Being pregnant and then parenting opens up a whole can of controversial worms doesn't it?
Many who have gone before us in the parenting department feel the need to share their wisdom - asked for or not. Society throws in their two cents worth placing many women and indeed couples into a situation of undue pressure. Going out on a limb here I will say that I believe this may be where post natal depression can begin, and the child has not even been born yet. Such is the pressure to conform.
Drugs in labour, your choice of birth, breast-feeding, the use of dummies, where the child sleeps, circumcision, controlled crying, immunisation, smacking, returning to work - the list literally goes on and on.

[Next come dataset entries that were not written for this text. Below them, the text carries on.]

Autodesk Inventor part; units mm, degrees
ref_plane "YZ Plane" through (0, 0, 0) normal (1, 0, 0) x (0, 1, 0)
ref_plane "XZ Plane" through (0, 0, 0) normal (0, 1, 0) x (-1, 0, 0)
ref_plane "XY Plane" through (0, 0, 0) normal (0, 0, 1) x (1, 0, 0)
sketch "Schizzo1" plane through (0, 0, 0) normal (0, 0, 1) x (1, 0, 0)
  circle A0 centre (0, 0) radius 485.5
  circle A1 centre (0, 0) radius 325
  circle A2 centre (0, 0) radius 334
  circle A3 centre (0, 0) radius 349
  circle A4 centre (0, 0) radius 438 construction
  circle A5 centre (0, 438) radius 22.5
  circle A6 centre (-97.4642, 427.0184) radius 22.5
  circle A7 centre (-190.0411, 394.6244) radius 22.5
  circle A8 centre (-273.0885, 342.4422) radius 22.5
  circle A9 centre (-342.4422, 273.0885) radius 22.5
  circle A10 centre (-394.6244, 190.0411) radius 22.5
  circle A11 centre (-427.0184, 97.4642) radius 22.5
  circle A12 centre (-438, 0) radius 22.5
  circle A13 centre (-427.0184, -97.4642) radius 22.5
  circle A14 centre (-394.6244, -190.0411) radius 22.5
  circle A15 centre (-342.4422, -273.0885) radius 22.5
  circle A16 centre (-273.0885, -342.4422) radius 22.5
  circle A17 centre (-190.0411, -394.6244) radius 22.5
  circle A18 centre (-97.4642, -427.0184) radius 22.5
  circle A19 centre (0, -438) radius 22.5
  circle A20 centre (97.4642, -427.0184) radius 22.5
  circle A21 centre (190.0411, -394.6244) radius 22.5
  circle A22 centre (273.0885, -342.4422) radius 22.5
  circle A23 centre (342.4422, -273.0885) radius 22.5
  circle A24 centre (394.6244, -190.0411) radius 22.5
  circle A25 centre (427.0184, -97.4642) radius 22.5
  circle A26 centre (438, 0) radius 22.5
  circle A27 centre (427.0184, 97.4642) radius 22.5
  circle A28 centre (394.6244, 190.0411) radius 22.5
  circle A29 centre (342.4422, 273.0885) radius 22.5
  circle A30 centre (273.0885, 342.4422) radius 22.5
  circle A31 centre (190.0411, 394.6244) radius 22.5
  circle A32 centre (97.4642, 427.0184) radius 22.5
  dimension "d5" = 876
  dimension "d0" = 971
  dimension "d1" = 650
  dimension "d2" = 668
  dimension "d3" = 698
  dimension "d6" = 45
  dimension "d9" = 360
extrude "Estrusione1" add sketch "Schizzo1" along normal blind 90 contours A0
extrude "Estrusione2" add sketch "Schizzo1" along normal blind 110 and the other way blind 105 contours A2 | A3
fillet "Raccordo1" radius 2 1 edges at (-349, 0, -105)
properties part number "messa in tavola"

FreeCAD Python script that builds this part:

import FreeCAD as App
import Part
import Sketcher
Q = App.Units.Quantity


def edges_at(feature, points):
    """Names of the edges that pass closest to the given points."""
    edges = feature.Shape.Edges
    near = lambda p: min(range(len(edges)), key=lambda i: edges[i].distToShape(Part.Vertex(*p))[0])
    return sorted({f"Edge{near(p) + 1}" for p in points})

doc = App.newDocument("Part")
params = doc.addObject("Spreadsheet::Sheet", "Params")
for row, (alias, value) in enumerate([
    ("sketch1_diameter", "971 mm"),
    ("sketch1_diameter2", "45 mm"),
    ("sketch1_diameter3", "698 mm"),
    ("pad1_length", "90 mm"),
    ("sketch2_diameter", "698 mm"),
    ("sketch2_diameter2", "650 mm"),
    ("pad2_length", "110 mm"),
    ("pad2_length2", "105 mm"),
    ("fillet_radius", "2 mm"),
], start=1):
    params.set(f"A{row}", alias)
    params.set(f"B{row}", "=" + value)
    params.setAlias(f"B{row}", alias)

body = doc.addObject("PartDesign::Body", "Body")

sketch1 = body.newObject("Sketcher::SketchObject", "Sketch")
sketch1.AttachmentSupport = (doc.getObject("XY_Plane"), [""])
sketch1.MapMode = "FlatFace"
sketch1.addGeometry(Part.Circle(App.Vector(0, 0, 0), App.Vector(0, 0, 1), 485.5), False)
sketch1.addGeometry(Part.Circle(App.Vector(-273.0885, -342.4422, 0), App.Vector(0, 0, 1), 22.5), False)
sketch1.addGeometry(Part.Circle(App.Vector(-342.4422, -273.0885, 0), App.Vector(0, 0, 1), 22.5), False)
sketch1.addGeometry(Part.Circle(App.Vector(-190.0411, -394.6244, 0), App.Vector(0, 0, 1), 22.5), False)
sketch1.addGeometry(Part.Circle(App.Vector(-97.4642, -427.0184, 0), App.Vector(0, 0, 1), 22.5), False)
sketch1.addGeometry(Part.Circle(App.Vector(-394.6244, -190.0411, 0), App.Vector(0, 0, 1), 22.5), False)
sketch1.addGeometry(Part.Circle(App.Vector(-427.0184, -97.4642, 0), App.Vector(0, 0, 1), 22.5), False)
sketch1.addGeometry(Part.Circle(App.Vector(0, -438, 0), App.Vector(0, 0, 1), 22.5), False)
sketch1.addGeometry(Part.Circle(App.Vector(97.4642, -427.0184, 0), App.Vector(0, 0, 1), 22.5), False)
sketch1.addGeometry(Part.Circle(App.Vector(190.0411, -394.6244, 0), App.Vector(0, 0, 1), 22.5), False)
sketch1.addGeometry(Part.Circle(App.Vector(273.0885, -342.4422, 0), App.Vector(0, 0, 1), 22.5), False)
sketch1.addGeometry(Part.Circle(App.Vector(342.4422, -273.0885, 0), App.Vector(0, 0, 1), 22.5), False)
sketch1.addGeometry(Part.Circle(App.Vector(394.6244, -190.0411, 0), App.Vector(0, 0, 1), 22.5), False)
sketch1.addGeometry(Part.Circle(App.Vector(427.0184, -97.4642, 0), App.Vector(0, 0, 1), 22.5), False)
sketch1.addGeometry(Part.Circle(App.Vector(-438, 0, 0), App.Vector(0, 0, 1), 22.5), False)
sketch1.addGeometry(Part.Circle(App.Vector(-427.0184, 97.4642, 0), App.Vector(0, 0, 1), 22.5), False)
sketch1.addGeometry(Part.Circle(App.Vector(-394.6244, 190.0411, 0), App.Vector(0, 0, 1), 22.5), False)
sketch1.addGeometry(Part.Circle(App.Vector(-342.4422, 273.0885, 0), App.Vector(0, 0, 1), 22.5), False)
sketch1.addGeometry(Part.Circle(App.Vector(-273.0885, 342.4422, 0), App.Vector(0, 0, 1), 22.5), False)
sketch1.addGeometry(Part.Circle(App.Vector(-190.0411, 394.6244, 0), App.Vector(0, 0, 1), 22.5), False)
sketch1.addGeometry(Part.Circle(App.Vector(-97.4642, 427.0184, 0), App.Vector(0, 0, 1), 22.5), False)
sketch1.addGeometry(Part.Circle(App.Vector(0, 0, 0), App.Vector(0, 0, 1), 349), False)
sketch1.addGeometry(Part.Circle(App.Vector(438, 0, 0), App.Vector(0, 0, 1), 22.5), False)
sketch1.addGeometry(Part.Circle(App.Vector(427.0184, 97.4642, 0), App.Vector(0, 0, 1), 22.5), False)
sketch1.addGeometry(Part.Circle(App.Vector(394.6244, 190.0411, 0), App.Vector(0, 0, 1), 22.5), False)
sketch1.addGeometry(Part.Circle(App.Vector(0, 438, 0), App.Vector(0, 0, 1), 22.5), False)
sketch1.addGeometry(Part.Circle(App.Vector(97.4642, 427.0184, 0), App.Vector(0, 0, 1), 22.5), False)
sketch1.addGeometry(Part.Circle(App.Vector(190.0411, 394.6244, 0), App.Vector(0, 0, 1), 22.5), False)
sketch1.addGeometry(Part.Circle(App.Vector(342.4422, 273.0885, 0), App.Vector(0, 0, 1), 22.5), False)
sketch1.addGeometry(Part.Circle(App.Vector(273.0885, 342.4422, 0), App.Vector(0, 0, 1), 22.5), False)
sketch1.addConstraint(Sketcher.Constraint("Coincident", 0, 3, -1, 1))
sketch1.addConstraint(Sketcher.Constraint("Coincident", 21, 3, -1, 1))
sketch1.addConstraint(Sketcher.Constraint("Equal", 1, 2))
sketch1.addConstraint(Sketcher.Constraint("Equal", 2, 3))
sketch1.addConstraint(Sketcher.Constraint("Equal", 3, 4))
sketch1.addConstraint(Sketcher.Constraint("Equal", 4, 5))
sketch1.addConstraint(Sketcher.Constraint("Equal", 5, 6))
sketch1.addConstraint(Sketcher.Constraint("Equal", 6, 7))
sketch1.addConstraint(Sketcher.Constraint("Equal", 7, 8))
sketch1.addConstraint(Sketcher.Constraint("Equal", 8, 9))
sketch1.addConstraint(Sketcher.Constraint("Equal", 9, 10))
sketch1.addConstraint(Sketcher.Constraint("Equal", 10, 11))
sketch1.addConstraint(Sketcher.Constraint("Equal", 11, 12))
sketch1.addConstraint(Sketcher.Constraint("Equal", 12, 13))
sketch1.addConstraint(Sketcher.Constraint("Equal", 13, 14))
sketch1.addConstraint(Sketcher.Constraint("Equal", 14, 15))
sketch1.addConstraint(Sketcher.Constraint("Equal", 15, 16))
sketch1.addConstraint(Sketcher.Constraint("Equal", 16, 17))
sketch1.addConstraint(Sketcher.Constraint("Equal", 17, 18))
sketch1.addConstraint(Sketcher.Constraint("Equal", 18, 19))
sketch1.addConstraint(Sketcher.Constraint("Equal", 19, 20))
sketch1.addConstraint(Sketcher.Constraint("Equal", 20, 22))
sketch1.addConstraint(Sketcher.Constraint("Equal", 22, 23))
sketch1.addConstraint(Sketcher.Constraint("Equal", 23, 24))
sketch1.addConstraint(Sketcher.Constraint("Equal", 24, 25))
sketch1.addConstraint(Sketcher.Constraint("Equal", 25, 26))
sketch1.addConstraint(Sketcher.Constraint("Equal", 26, 27))
sketch1.addConstraint(Sketcher.Constraint("Equal", 27, 28))
sketch1.addConstraint(Sketcher.Constraint("Equal", 28, 29))
sketch1.addConstraint(Sketcher.Constraint("Symmetric", 13, 3, 15, 3, -1, 1))
sketch1.addConstraint(Sketcher.Constraint("Symmetric", 12, 3, 16, 3, -1, 1))
sketch1.addConstraint(Sketcher.Constraint("Symmetric", 11, 3, 17, 3, -1, 1))
sketch1.addConstraint(Sketcher.Constraint("Symmetric", 10, 3, 18, 3, -1, 1))
sketch1.addConstraint(Sketcher.Constraint("Symmetric", 9, 3, 19, 3, -1, 1))
sketch1.addConstraint(Sketcher.Constraint("Symmetric", 8, 3, 20, 3, -1, 1))
sketch1.addConstraint(Sketcher.Constraint("Symmetric", 14, 3, 22, 3, -1, 1))
sketch1.addConstraint(Sketcher.Constraint("Symmetric", 6, 3, 23, 3, -1, 1))
sketch1.addConstraint(Sketcher.Constraint("Symmetric", 5, 3, 24, 3, -1, 1))
sketch1.addConstraint(Sketcher.Constraint("Symmetric", 7, 3, 25, 3, -1, 1))
sketch1.addConstraint(Sketcher.Constraint("Symmetric", 4, 3, 26, 3, -1, 1))
sketch1.addConstraint(Sketcher.Constraint("Symmetric", 3, 3, 27, 3, -1, 1))
sketch1.addConstraint(Sketcher.Constraint("Symmetric", 2, 3, 28, 3, -1, 1))
sketch1.addConstraint(Sketcher.Constraint("Symmetric", 1, 3, 29, 3, -1, 1))
sketch1.addConstraint(Sketcher.Constraint("Symmetric", 4, 3, 8, 3, -2))
sketch1.addConstraint(Sketcher.Constraint("Symmetric", 3, 3, 9, 3, -2))
sketch1.addConstraint(Sketcher.Constraint("Symmetric", 1, 3, 10, 3, -2))
sketch1.addConstraint(Sketcher.Constraint("Symmetric", 2, 3, 11, 3, -2))
sketch1.addConstraint(Sketcher.Constraint("Symmetric", 5, 3, 12, 3, -2))
sketch1.addConstraint(Sketcher.Constraint("Symmetric", 6, 3, 13, 3, -2))
sketch1.addConstraint(Sketcher.Constraint("PointOnObject", 7, 3, -2))
sketch1.addConstraint(Sketcher.Constraint("PointOnObject", 14, 3, -1))
sketch1.addConstraint(Sketcher.Constraint("Diameter", 0, Q("971 mm")))
sketch1.addConstraint(Sketcher.Constraint("Diameter", 1, Q("45 mm")))
sketch1.addConstraint(Sketcher.Constraint("Diameter", 21, Q("698 mm")))
sketch1.addConstraint(Sketcher.Constraint("DistanceY", 7, 3, -1, 1, Q("438 mm")))
sketch1.addConstraint(Sketcher.Constraint("DistanceX", 14, 3, -1, 1, Q("438 mm")))
sketch1.addConstraint(Sketcher.Constraint("DistanceY", 4, 3, 2, 3, Q("153.93 mm")))
sketch1.addConstraint(Sketcher.Constraint("DistanceX", 6, 3, 1, 3, Q("153.93 mm")))
sketch1.addConstraint(Sketcher.Constraint("DistanceX", 3, 3, -1, 1, Q("190.041 mm")))
sketch1.addConstraint(Sketcher.Constraint("DistanceY", 5, 3, -1, 1, Q("190.041 mm")))
sketch1.addConstraint(Sketcher.Constraint("DistanceX", 2, 3, 3, 3, Q("152.401 mm")))
sketch1.addConstraint(Sketcher.Constraint("DistanceY", 3, 3, 2, 3, Q("121.536 mm")))
sketch1.addConstraint(Sketcher.Constraint("DistanceX", 3, 3, 4, 3, Q("92.577 mm")))
sketch1.addConstraint(Sketcher.Constraint("DistanceX", 5, 3, 1, 3, Q("121.536 mm")))
sketch1.addConstraint(Sketcher.Constraint("DistanceY", 1, 3, 5, 3, Q("152.401 mm")))
sketch1.addConstraint(Sketcher.Constraint("DistanceY", 5, 3, 6, 3, Q("92.577 mm")))
sketch1.addConstraint(Sketcher.Constraint("DistanceX", 1, 3, -1, 1, Q("273.0885 mm")))
sketch1.addConstraint(Sketcher.Constraint("DistanceY", 2, 3, -1, 1, Q("273.0885 mm")))
sketch1.setExpression("Constraints[51]", "Params.sketch1_diameter")
sketch1.setExpression("Constraints[52]", "Params.sketch1_diameter2")
sketch1.setExpression("Constraints[53]", "Params.sketch1_diameter3")
pad1 = body.newObject("PartDesign::Pad", "Pad")
pad1.Profile = sketch1
pad1.setExpression("Length", "Params.pad1_length")

sketch2 = body.newObject("Sketcher::SketchObject", "Sketch001")
sketch2.AttachmentSupport = (doc.getObject("XY_Plane"), [""])
sketch2.MapMode = "FlatFace"
sketch2.addGeometry(Part.Circle(App.Vector(0, 0, 0), App.Vector(0, 0, 1), 349), False)
sketch2.addGeometry(Part.Circle(App.Vector(0, 0, 0), App.Vector(0, 0, 1), 325), False)
sketch2.addConstraint(Sketcher.Constraint("Coincident", 0, 3, -1, 1))
sketch2.addConstraint(Sketcher.Constraint("Coincident", 1, 3, -1, 1))
sketch2.addConstraint(Sketcher.Constraint("Diameter", 0, Q("698 mm")))
sketch2.addConstraint(Sketcher.Constraint("Diameter", 1, Q("650 mm")))
sketch2.setExpression("Constraints[2]", "Params.sketch2_diameter")
sketch2.setExpression("Constraints[3]", "Params.sketch2_diameter2")
pad2 = body.newObject("PartDesign::Pad", "Pad001")
pad2.Profile = sketch2
pad2.Type = "TwoLengths"
pad2.setExpression("Length", "Params.pad2_length")
pad2.setExpression("Length2", "Params.pad2_length2")
doc.recompute()

fillet = body.newObject("PartDesign::Fillet", "Fillet")
fillet.Base = (pad2, edges_at(pad2, [(-349, 0, -105)]))
fillet.setExpression("Radius", "Params.fillet_radius")

doc.recompute()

Due to health reasons, our whole parental experience was unorthodox from the start. We underwent IVF for our first child, he was born via caesarian section under a general anaesthetic (me, not him), was not breast-fed and had a dummy on day two of his life! Jeepers, he had only made it to day two and we had begun bending the rules.
We continued to bend the rules with our second child being born only 10 months after our first. Yes, apparently we could fall pregnant ourselves. Who'd-a thunk it? I remember one of the nurses (who mustn't have seen me on the first round) commenting that there was a mother on the ward at the moment who also had a 10 month old. I came clean and told her it was actually me! Priceless. I've never had so many people enquire as to my future methods of contraception! Trust me, we hadn't planned it that way. How could we plan for something we had no idea was possible? But after walking the path of perhaps never having children to then having two, we were delighted.
Prior to delivering our first son, I was subjected to a situation reminiscent of the Spanish Inquisition justifying my choice not to breast feed. That was in a phonecall. My husband and I then had to meet with the chief lactation consultant "once we had thought about it" to confirm "our" decision. Um, as far as I was aware, my husband wasn't going to be breast-feeding either! Then fate stepped in. We were in such a rush to leave for our appointment with her that I got moisturiser in my eyes, rendering them red and watery. I'm sure the lactation consultant thought I'd spent the morning in tears in anticipation of our appointment that she was a lot more supportive of my decision and accordingly noted on my file what my choice was.
I believe that a woman should be supported by whatever her decision is in feeding her child. The bottom line was, I was still going to feed him! If a woman chooses to breast-feed then she should be 100% supported. Likewise if she chooses not to. Likewise again if her choice to breast-feed unfortunately doesn't work out. She should not be made to feel like she has let her child and her family down. The impact this can have on her is too great.
As one of my girlfriends so aptly put it, if a criminal is brought before the courts, the judge does not ask "were you breast fed or bottle fed as a youngster?"
I recall offering the dummy to my son on day two of his life whilst waiting for his bottle to arrive. He took to it like a duck to water. I could hear the nurse coming and tried to extract it from his mouth knowing she would disapprove, but that little tacker had a stronger suck than I could have anticipated and he won. Yep, two days old and we had the baby equivalent of an arm wrestle! On the one hand I was so proud that my child displayed such strength, but mortified that I may be judged in my choice. When the nurse walked in, I stood there like I had been caught red-handed stealing something. Thankfully she only half-frowned upon the situation. It must have been the look on my face.
I'm not intending to call down nurses in this. It's not that at all. I praise the roles our nurses do and do with such passion. The nurses whose care I was under on both occasions with having our children, I could not speak more highly of. I understand that part of their role is delivering the message of what they have learned is best for our newborns. I get it. I just believe that if our choices are different to this, it is not because we don't want what is best for our child. Absolutely we do.
The pressure to do everything right, whatever, however and from whom ever that may be, is just immense. We, as mothers, put a lot of this pressure on ourselves. There isn't room for anymore.
Whether it be dummies, toilet-training, allowing your child to sleep in your room, or even your bed, does it really matter? My husband and I figure if it works for us, it's right. The fact of the matter is, time is fleeting. Everything is a phase. They won't be doing it when they're 18 so why stress? Gosh, there'll be new issues to worry about by then!
We have structure in our home. The children need it and we need it. We also go with the flow as they grow and change, and alter the nature of our structure accordingly. They are still alive, they are healthy, they are polite, active, fun-filled learning sponges. Most importantly, they are loved.
What I have learned in being a parent is that there are many right ways to raising your child. You keep trying different ways until you find what works for you. It may be different to how others are doing things but who cares? If it's working - for your child, for you, for your family - then it's right.